Zum Standort Windeck steht der Hennefer Müller dennoch: „Wir sind ja stolz darauf, hier zu sein“, sagt er. Auch seine Mitarbeiter kommen aus einem Gebiet von zehn bis zwölf Kilometer rund um Windeck. Sie zu einem Team zu formen und zusammenzuhalten, sehen Müller und sein Prokurist Lothar Peukert als wichtige Führungsaufgabe. „Zufriedenheit hat oberste Priorität. Im Zweifel verzichten wir lieber auf Wissen, wenn jemand nicht ins Team passt“, versichert der Chef. Gleich mehrere Mitarbeiter haben wie Peukert bei WMV mit einer Lehre begonnen, haben sich weitergebildet, studiert und sind später zurückgekehrt. Die Motivation der Mitarbeiter steht bei WMV ganz oben auf der Agenda. „Wer motiviert ist, arbeitet produktiver“, behaupten sie. Und im Notfall stehe dann jeder für den anderen ein und bleibe, wenn ein Kunde um Hilfe rufe, für das Team auch einmal länger. Mit dem Auszug der Verwaltung ist in den WMV-Hallen wenige hundert Meter weiter endlich Platz, um auch die Produktion den heutigen Abläufen anzupassen. Die von Zulieferern geschweißten Metallrahmen kommen dort an, werden lackiert, mit Motoren, Steuerung und Software so kombiniert, wie sie die eigenen Entwickler für die Kunden entworfen haben. Die Produktionsstraße können wenigstens teilweise zusammengebaut und getestet werden, bevor sie wieder demontiert, in große Holzkisten verpackt und bis in die USA und nach Asien versandt werden. Vor Ort bauen die WMV-Monteure dann alles zusammen.
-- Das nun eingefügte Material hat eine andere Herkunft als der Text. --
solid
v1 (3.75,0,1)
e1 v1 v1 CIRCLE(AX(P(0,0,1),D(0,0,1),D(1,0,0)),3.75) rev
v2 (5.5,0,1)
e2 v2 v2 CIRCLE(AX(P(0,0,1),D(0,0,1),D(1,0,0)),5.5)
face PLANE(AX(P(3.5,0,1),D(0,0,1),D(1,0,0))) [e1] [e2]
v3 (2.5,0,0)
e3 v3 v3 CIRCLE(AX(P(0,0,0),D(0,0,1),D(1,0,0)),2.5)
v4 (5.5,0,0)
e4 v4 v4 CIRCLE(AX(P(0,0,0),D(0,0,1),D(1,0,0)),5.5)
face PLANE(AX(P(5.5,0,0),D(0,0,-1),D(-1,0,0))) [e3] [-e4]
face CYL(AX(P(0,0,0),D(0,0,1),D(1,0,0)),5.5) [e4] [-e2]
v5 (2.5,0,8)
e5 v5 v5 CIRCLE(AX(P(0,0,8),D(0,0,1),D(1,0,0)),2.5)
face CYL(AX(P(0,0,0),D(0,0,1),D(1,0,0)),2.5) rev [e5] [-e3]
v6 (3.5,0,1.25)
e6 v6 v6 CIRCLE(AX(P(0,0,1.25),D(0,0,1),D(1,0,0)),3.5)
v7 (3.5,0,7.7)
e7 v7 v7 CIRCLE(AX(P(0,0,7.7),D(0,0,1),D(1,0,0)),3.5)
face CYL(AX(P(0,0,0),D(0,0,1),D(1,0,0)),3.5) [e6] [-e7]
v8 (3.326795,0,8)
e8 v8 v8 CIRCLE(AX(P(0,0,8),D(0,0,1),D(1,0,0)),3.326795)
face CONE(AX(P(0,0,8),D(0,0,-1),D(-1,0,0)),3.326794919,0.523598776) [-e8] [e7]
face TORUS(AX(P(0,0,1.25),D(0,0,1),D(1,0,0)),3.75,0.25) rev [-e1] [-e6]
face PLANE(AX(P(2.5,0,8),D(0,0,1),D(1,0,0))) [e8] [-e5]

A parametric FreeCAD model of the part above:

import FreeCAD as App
import Part
import Sketcher
Q = App.Units.Quantity


def edges_at(feature, points):
    """Names of the edges that pass closest to the given points."""
    edges = feature.Shape.Edges
    near = lambda p: min(range(len(edges)), key=lambda i: edges[i].distToShape(Part.Vertex(*p))[0])
    return sorted({f"Edge{near(p) + 1}" for p in points})

doc = App.newDocument("Part")
body = doc.addObject("PartDesign::Body", "Body")

sketch1 = body.newObject("Sketcher::SketchObject", "Sketch")
sketch1.AttachmentSupport = (doc.getObject("XZ_Plane"), [""])
sketch1.MapMode = "FlatFace"
sketch1.addGeometry(Part.LineSegment(App.Vector(3.5, 1, 0), App.Vector(5.5, 1, 0)), False)
sketch1.addGeometry(Part.LineSegment(App.Vector(5.5, 1, 0), App.Vector(5.5, 0, 0)), False)
sketch1.addGeometry(Part.LineSegment(App.Vector(5.5, 0, 0), App.Vector(2.5, 0, 0)), False)
sketch1.addGeometry(Part.LineSegment(App.Vector(2.5, 0, 0), App.Vector(2.5, 8, 0)), False)
sketch1.addGeometry(Part.LineSegment(App.Vector(2.5, 8, 0), App.Vector(3.33, 8, 0)), False)
sketch1.addGeometry(Part.LineSegment(App.Vector(3.33, 8, 0), App.Vector(3.5, 7.7, 0)), False)
sketch1.addGeometry(Part.LineSegment(App.Vector(3.5, 7.7, 0), App.Vector(3.5, 1, 0)), False)
sketch1.addConstraint(Sketcher.Constraint("Coincident", 0, 2, 1, 1))
sketch1.addConstraint(Sketcher.Constraint("Coincident", 1, 2, 2, 1))
sketch1.addConstraint(Sketcher.Constraint("Coincident", 2, 2, 3, 1))
sketch1.addConstraint(Sketcher.Constraint("Coincident", 3, 2, 4, 1))
sketch1.addConstraint(Sketcher.Constraint("Coincident", 4, 2, 5, 1))
sketch1.addConstraint(Sketcher.Constraint("Coincident", 5, 2, 6, 1))
sketch1.addConstraint(Sketcher.Constraint("Coincident", 6, 2, 0, 1))
sketch1.addConstraint(Sketcher.Constraint("Horizontal", 0))
sketch1.addConstraint(Sketcher.Constraint("Vertical", 1))
sketch1.addConstraint(Sketcher.Constraint("Horizontal", 2))
sketch1.addConstraint(Sketcher.Constraint("Vertical", 3))
sketch1.addConstraint(Sketcher.Constraint("Horizontal", 4))
sketch1.addConstraint(Sketcher.Constraint("Vertical", 6))
sketch1.addConstraint(Sketcher.Constraint("PointOnObject", 1, 2, -1))
sketch1.addConstraint(Sketcher.Constraint("DistanceX", 0, 1, 0, 2, Q("2 mm")))
sketch1.addConstraint(Sketcher.Constraint("DistanceX", 2, 2, 2, 1, Q("3 mm")))
sketch1.addConstraint(Sketcher.Constraint("DistanceY", 1, 2, 1, 1, Q("1 mm")))
sketch1.addConstraint(Sketcher.Constraint("DistanceY", 3, 1, 3, 2, Q("8 mm")))
sketch1.addConstraint(Sketcher.Constraint("Angle", 5, Q("-60 deg")))
sketch1.addConstraint(Sketcher.Constraint("DistanceY", 6, 2, 6, 1, Q("6.7 mm")))
sketch1.addConstraint(Sketcher.Constraint("DistanceX", -1, 1, 0, 2, Q("5.5 mm")))
revolution = body.newObject("PartDesign::Revolution", "Revolution")
revolution.Profile = sketch1
revolution.ReferenceAxis = (sketch1, ["V_Axis"])
revolution.Angle = 360
doc.recompute()

fillet = body.newObject("PartDesign::Fillet", "Fillet")
fillet.Base = (revolution, edges_at(revolution, [(-3.5, 0, 1)]))
fillet.Radius = 0.25

doc.recompute()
Damit die Kommunikation der Abteilungen untereinander vor allem aber mit Zulieferern und Kunden reibungslos funktioniert, hat nach langem Warten Netcologne vor etwa einem Jahr eine 100-MBit-Leitung nach Mauel verlegt. Mit den Leunawerken nebenan hat Müller eigene Leitungen zwischen den Betriebsteilen verlegt. Gespannt erwartet er jetzt den Umbau einer weiteren Halle, die er vor kurzem als dritten Maueler Standort hinzugekauft hat. Dort soll ein Technologiezentrum entstehen.

Als während einer Krise vor wenigen Jahren plötzlich die Aufträge wegbrachen, machte sich der Gesellschafter ernsthafte Sorgen. Diese Zeiten sind zum Glück vorbei. Im vergangenen Jahr stieg der Umsatz auf 25 Millionen Euro. Bis in den Herbst sind die Auftragsbücher voll, berichtet er.

Und dann zeigt der Chef noch zwei Dinge, die ihm besonders wichtig sind. Bei einem Kunden fand er kürzlich eine der ersten Zentrifugen, die WMV in den 70er Jahren produziert hat. Die wird jetzt aufgearbeitet und ausgestellt. Und dann ist da noch das ehemalige Archiv. Dort gibt es jetzt einen Fitnessraum, den sich die Lehrlinge hergerichtet haben. Mit Kuchenverkauf hätten sich die Azubis die Geräte zum Teil selbst finanziert, sagt Müller abschließend mit Bescheidenheit.